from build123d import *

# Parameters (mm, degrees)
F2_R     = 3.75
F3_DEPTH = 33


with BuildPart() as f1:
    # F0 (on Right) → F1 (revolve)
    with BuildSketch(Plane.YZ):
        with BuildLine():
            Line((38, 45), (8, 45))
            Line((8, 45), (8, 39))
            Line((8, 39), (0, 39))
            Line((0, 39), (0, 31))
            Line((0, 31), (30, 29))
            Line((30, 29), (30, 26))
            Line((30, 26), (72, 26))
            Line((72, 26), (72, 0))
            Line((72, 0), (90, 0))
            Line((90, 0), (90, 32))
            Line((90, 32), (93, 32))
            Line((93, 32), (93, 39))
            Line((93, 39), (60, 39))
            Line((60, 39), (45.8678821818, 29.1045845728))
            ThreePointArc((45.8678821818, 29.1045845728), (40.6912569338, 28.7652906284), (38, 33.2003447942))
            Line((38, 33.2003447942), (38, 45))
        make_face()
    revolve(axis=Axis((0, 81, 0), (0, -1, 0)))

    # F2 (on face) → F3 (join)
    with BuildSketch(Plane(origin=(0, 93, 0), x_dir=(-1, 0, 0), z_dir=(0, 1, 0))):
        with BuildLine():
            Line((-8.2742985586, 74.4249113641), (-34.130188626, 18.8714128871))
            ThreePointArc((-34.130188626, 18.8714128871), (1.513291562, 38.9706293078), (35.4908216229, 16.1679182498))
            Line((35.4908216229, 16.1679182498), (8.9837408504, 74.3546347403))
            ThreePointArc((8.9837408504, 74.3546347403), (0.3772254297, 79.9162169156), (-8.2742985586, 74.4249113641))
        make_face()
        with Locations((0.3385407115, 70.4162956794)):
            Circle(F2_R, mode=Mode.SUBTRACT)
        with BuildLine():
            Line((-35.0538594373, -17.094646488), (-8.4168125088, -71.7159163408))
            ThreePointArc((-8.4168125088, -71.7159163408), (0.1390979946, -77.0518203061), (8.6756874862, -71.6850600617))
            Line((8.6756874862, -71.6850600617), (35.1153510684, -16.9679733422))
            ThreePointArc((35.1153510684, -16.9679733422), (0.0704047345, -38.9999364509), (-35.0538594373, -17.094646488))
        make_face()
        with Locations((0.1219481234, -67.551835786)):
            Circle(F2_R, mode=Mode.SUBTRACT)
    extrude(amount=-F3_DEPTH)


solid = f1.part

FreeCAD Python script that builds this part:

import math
import FreeCAD as App
import Part
import Sketcher

V = App.Vector
Q = App.Units.Quantity

doc = App.newDocument("Part")
body = doc.addObject("PartDesign::Body", "Body")

# Sketch on YZ plane
sketch1 = body.newObject("Sketcher::SketchObject", "Sketch")
sketch1.AttachmentSupport = (doc.getObject("YZ_Plane"), [""])
sketch1.MapMode = "FlatFace"
sketch1.addGeometry([
    Part.LineSegment(V(38, 45, 0), V(8, 45, 0)),  # 0
    Part.LineSegment(V(8, 45, 0), V(8, 39, 0)),  # 1
    Part.LineSegment(V(8, 39, 0), V(0, 39, 0)),  # 2
    Part.LineSegment(V(0, 39, 0), V(0, 31, 0)),  # 3
    Part.LineSegment(V(0, 31, 0), V(30, 29, 0)),  # 4
    Part.LineSegment(V(30, 29, 0), V(30, 26, 0)),  # 5
    Part.LineSegment(V(30, 26, 0), V(72, 26, 0)),  # 6
    Part.LineSegment(V(72, 26, 0), V(72, 0, 0)),  # 7
    Part.LineSegment(V(72, 0, 0), V(90, 0, 0)),  # 8
    Part.LineSegment(V(90, 0, 0), V(90, 32, 0)),  # 9
    Part.LineSegment(V(90, 32, 0), V(93, 32, 0)),  # 10
    Part.LineSegment(V(93, 32, 0), V(93, 39, 0)),  # 11
    Part.LineSegment(V(93, 39, 0), V(60, 39, 0)),  # 12
    Part.LineSegment(V(60, 39, 0), V(45.867882, 29.104585, 0)),  # 13
    Part.ArcOfCircle(Part.Circle(V(43, 33.200345, 0), V(0, 0, 1), 5), math.radians(180), math.radians(305)),  # 14
    Part.LineSegment(V(38, 33.200345, 0), V(38, 45, 0)),  # 15
], False)
sketch1.addConstraint([
    Sketcher.Constraint("Coincident", 0, 2, 1, 1),
    Sketcher.Constraint("Coincident", 1, 2, 2, 1),
    Sketcher.Constraint("Coincident", 2, 2, 3, 1),
    Sketcher.Constraint("Coincident", 3, 2, 4, 1),
    Sketcher.Constraint("Coincident", 4, 2, 5, 1),
    Sketcher.Constraint("Coincident", 5, 2, 6, 1),
    Sketcher.Constraint("Coincident", 6, 2, 7, 1),
    Sketcher.Constraint("Coincident", 7, 2, 8, 1),
    Sketcher.Constraint("Coincident", 8, 2, 9, 1),
    Sketcher.Constraint("Coincident", 9, 2, 10, 1),
    Sketcher.Constraint("Coincident", 10, 2, 11, 1),
    Sketcher.Constraint("Coincident", 11, 2, 12, 1),
    Sketcher.Constraint("Coincident", 12, 2, 13, 1),
    Sketcher.Constraint("Tangent", 13, 2, 14, 2),
    Sketcher.Constraint("Tangent", 14, 1, 15, 1),
    Sketcher.Constraint("Coincident", 15, 2, 0, 1),
    Sketcher.Constraint("Horizontal", 0),
    Sketcher.Constraint("Vertical", 1),
    Sketcher.Constraint("Horizontal", 2),
    Sketcher.Constraint("Vertical", 3),
    Sketcher.Constraint("Vertical", 5),
    Sketcher.Constraint("Horizontal", 6),
    Sketcher.Constraint("Vertical", 7),
    Sketcher.Constraint("Horizontal", 8),
    Sketcher.Constraint("Vertical", 9),
    Sketcher.Constraint("Horizontal", 10),
    Sketcher.Constraint("Vertical", 11),
    Sketcher.Constraint("Horizontal", 12),
    Sketcher.Constraint("Vertical", 15),
    Sketcher.Constraint("PointOnObject", 2, 2, -2),
    Sketcher.Constraint("PointOnObject", 7, 2, -1),
    Sketcher.Constraint("Horizontal", 2, 2, 11, 2),
    Sketcher.Constraint("Equal", 2, 3),
    Sketcher.Constraint("Equal", 10, 5),
    Sketcher.Constraint("Radius", 14, Q("5 mm")),
    Sketcher.Constraint("DistanceX", 0, 2, 0, 1, Q("30 mm")),
    Sketcher.Constraint("DistanceX", 2, 2, 2, 1, Q("8 mm")),
    Sketcher.Constraint("DistanceX", 6, 1, 6, 2, Q("42 mm")),
    Sketcher.Constraint("DistanceX", 8, 1, 8, 2, Q("18 mm")),
    Sketcher.Constraint("DistanceX", 10, 1, 10, 2, Q("3 mm")),
    Sketcher.Constraint("DistanceX", 12, 2, 12, 1, Q("33 mm")),
    Sketcher.Constraint("DistanceY", 1, 2, 1, 1, Q("6 mm")),
    Sketcher.Constraint("DistanceY", 7, 2, 7, 1, Q("26 mm")),
    Sketcher.Constraint("DistanceY", 9, 1, 9, 2, Q("32 mm")),
    Sketcher.Constraint("DistanceY", 11, 1, 11, 2, Q("7 mm")),
    Sketcher.Constraint("Angle", 13, Q("-145 deg")),
    Sketcher.Constraint("DistanceX", -1, 1, 4, 2, Q("30 mm")),
])
revolution = body.newObject("PartDesign::Revolution", "Revolution")
revolution.Profile = sketch1
revolution.ReferenceAxis = (sketch1, ["H_Axis"])
revolution.Angle = 360

# Sketch on XZ plane
sketch2 = body.newObject("Sketcher::SketchObject", "Sketch001")
sketch2.AttachmentSupport = (doc.getObject("XZ_Plane"), [""])
sketch2.MapMode = "FlatFace"
sketch2.AttachmentOffset = App.Placement(V(0, 0, -93), App.Rotation())
sketch2.addGeometry([
    Part.LineSegment(V(8.274299, 74.424911, 0), V(34.130189, 18.871413, 0)),  # 0
    Part.ArcOfCircle(Part.Circle(V(0, 0, 0), V(0, 0, 1), 39), math.radians(28.939275), math.radians(155.508263)),  # 1
    Part.LineSegment(V(-35.490822, 16.167918, 0), V(-8.983741, 74.354635, 0)),  # 2
    Part.ArcOfCircle(Part.Circle(V(-0.338541, 70.416296, 0), V(0, 0, 1), 9.5), math.radians(24.958364), math.radians(155.508263)),  # 3
    Part.Circle(V(-0.338541, 70.416296, 0), V(0, 0, 1), 3.75),  # 4
    Part.LineSegment(V(35.053859, -17.094646, 0), V(8.416813, -71.715916, 0)),  # 5
    Part.ArcOfCircle(Part.Circle(V(-0.121948, -67.551836, 0), V(0, 0, 1), 9.5), math.radians(-154.209855), math.radians(-25.997012)),  # 6
    Part.LineSegment(V(-8.675687, -71.68506, 0), V(-35.115351, -16.967973, 0)),  # 7
    Part.ArcOfCircle(Part.Circle(V(0, 0, 0), V(0, 0, 1), 39), math.radians(-154.209855), math.radians(-25.997012)),  # 8
    Part.Circle(V(-0.121948, -67.551836, 0), V(0, 0, 1), 3.75),  # 9
], False)
sketch2.addConstraint([
    Sketcher.Constraint("Coincident", 0, 2, 1, 1),
    Sketcher.Constraint("Tangent", 1, 2, 2, 1),
    Sketcher.Constraint("Tangent", 2, 2, 3, 2),
    Sketcher.Constraint("Tangent", 3, 1, 0, 1),
    Sketcher.Constraint("Tangent", 5, 2, 6, 2),
    Sketcher.Constraint("Tangent", 6, 1, 7, 1),
    Sketcher.Constraint("Tangent", 7, 2, 8, 1),
    Sketcher.Constraint("Tangent", 8, 2, 5, 1),
    Sketcher.Constraint("Coincident", 1, 3, -1, 1),
    Sketcher.Constraint("Coincident", 8, 3, -1, 1),
    Sketcher.Constraint("Coincident", 4, 3, 3, 3),
    Sketcher.Constraint("Coincident", 9, 3, 6, 3),
    Sketcher.Constraint("Equal", 3, 6),
    Sketcher.Constraint("Equal", 1, 8),
    Sketcher.Constraint("Equal", 4, 9),
    Sketcher.Constraint("Radius", 1, Q("39 mm")),
    Sketcher.Constraint("Diameter", 4, Q("7.5 mm")),
    Sketcher.Constraint("Radius", 3, Q("9.5 mm")),
    Sketcher.Constraint("DistanceX", -1, 1, 3, 1, Q("8.274299 mm")),
    Sketcher.Constraint("DistanceX", 2, 2, 3, 3, Q("8.6452 mm")),
    Sketcher.Constraint("DistanceY", 0, 2, 3, 1, Q("55.553498 mm")),
    Sketcher.Constraint("DistanceX", 6, 1, 5, 2, Q("17.0925 mm")),
    Sketcher.Constraint("DistanceX", 6, 3, -1, 1, Q("0.121948 mm")),
])
pad1 = body.newObject("PartDesign::Pad", "Pad")
pad1.Profile = sketch2
pad1.Length = 33

doc.recompute()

○ ○ ○ ○ ○

== Exercise requirements ==
After locating the line holding "solid = f1.part" above, output exactly that line and every line after it through the line holding "FreeCAD Python script". Include nothing else.

== Reply ==
solid = f1.part

FreeCAD Python script that builds this part:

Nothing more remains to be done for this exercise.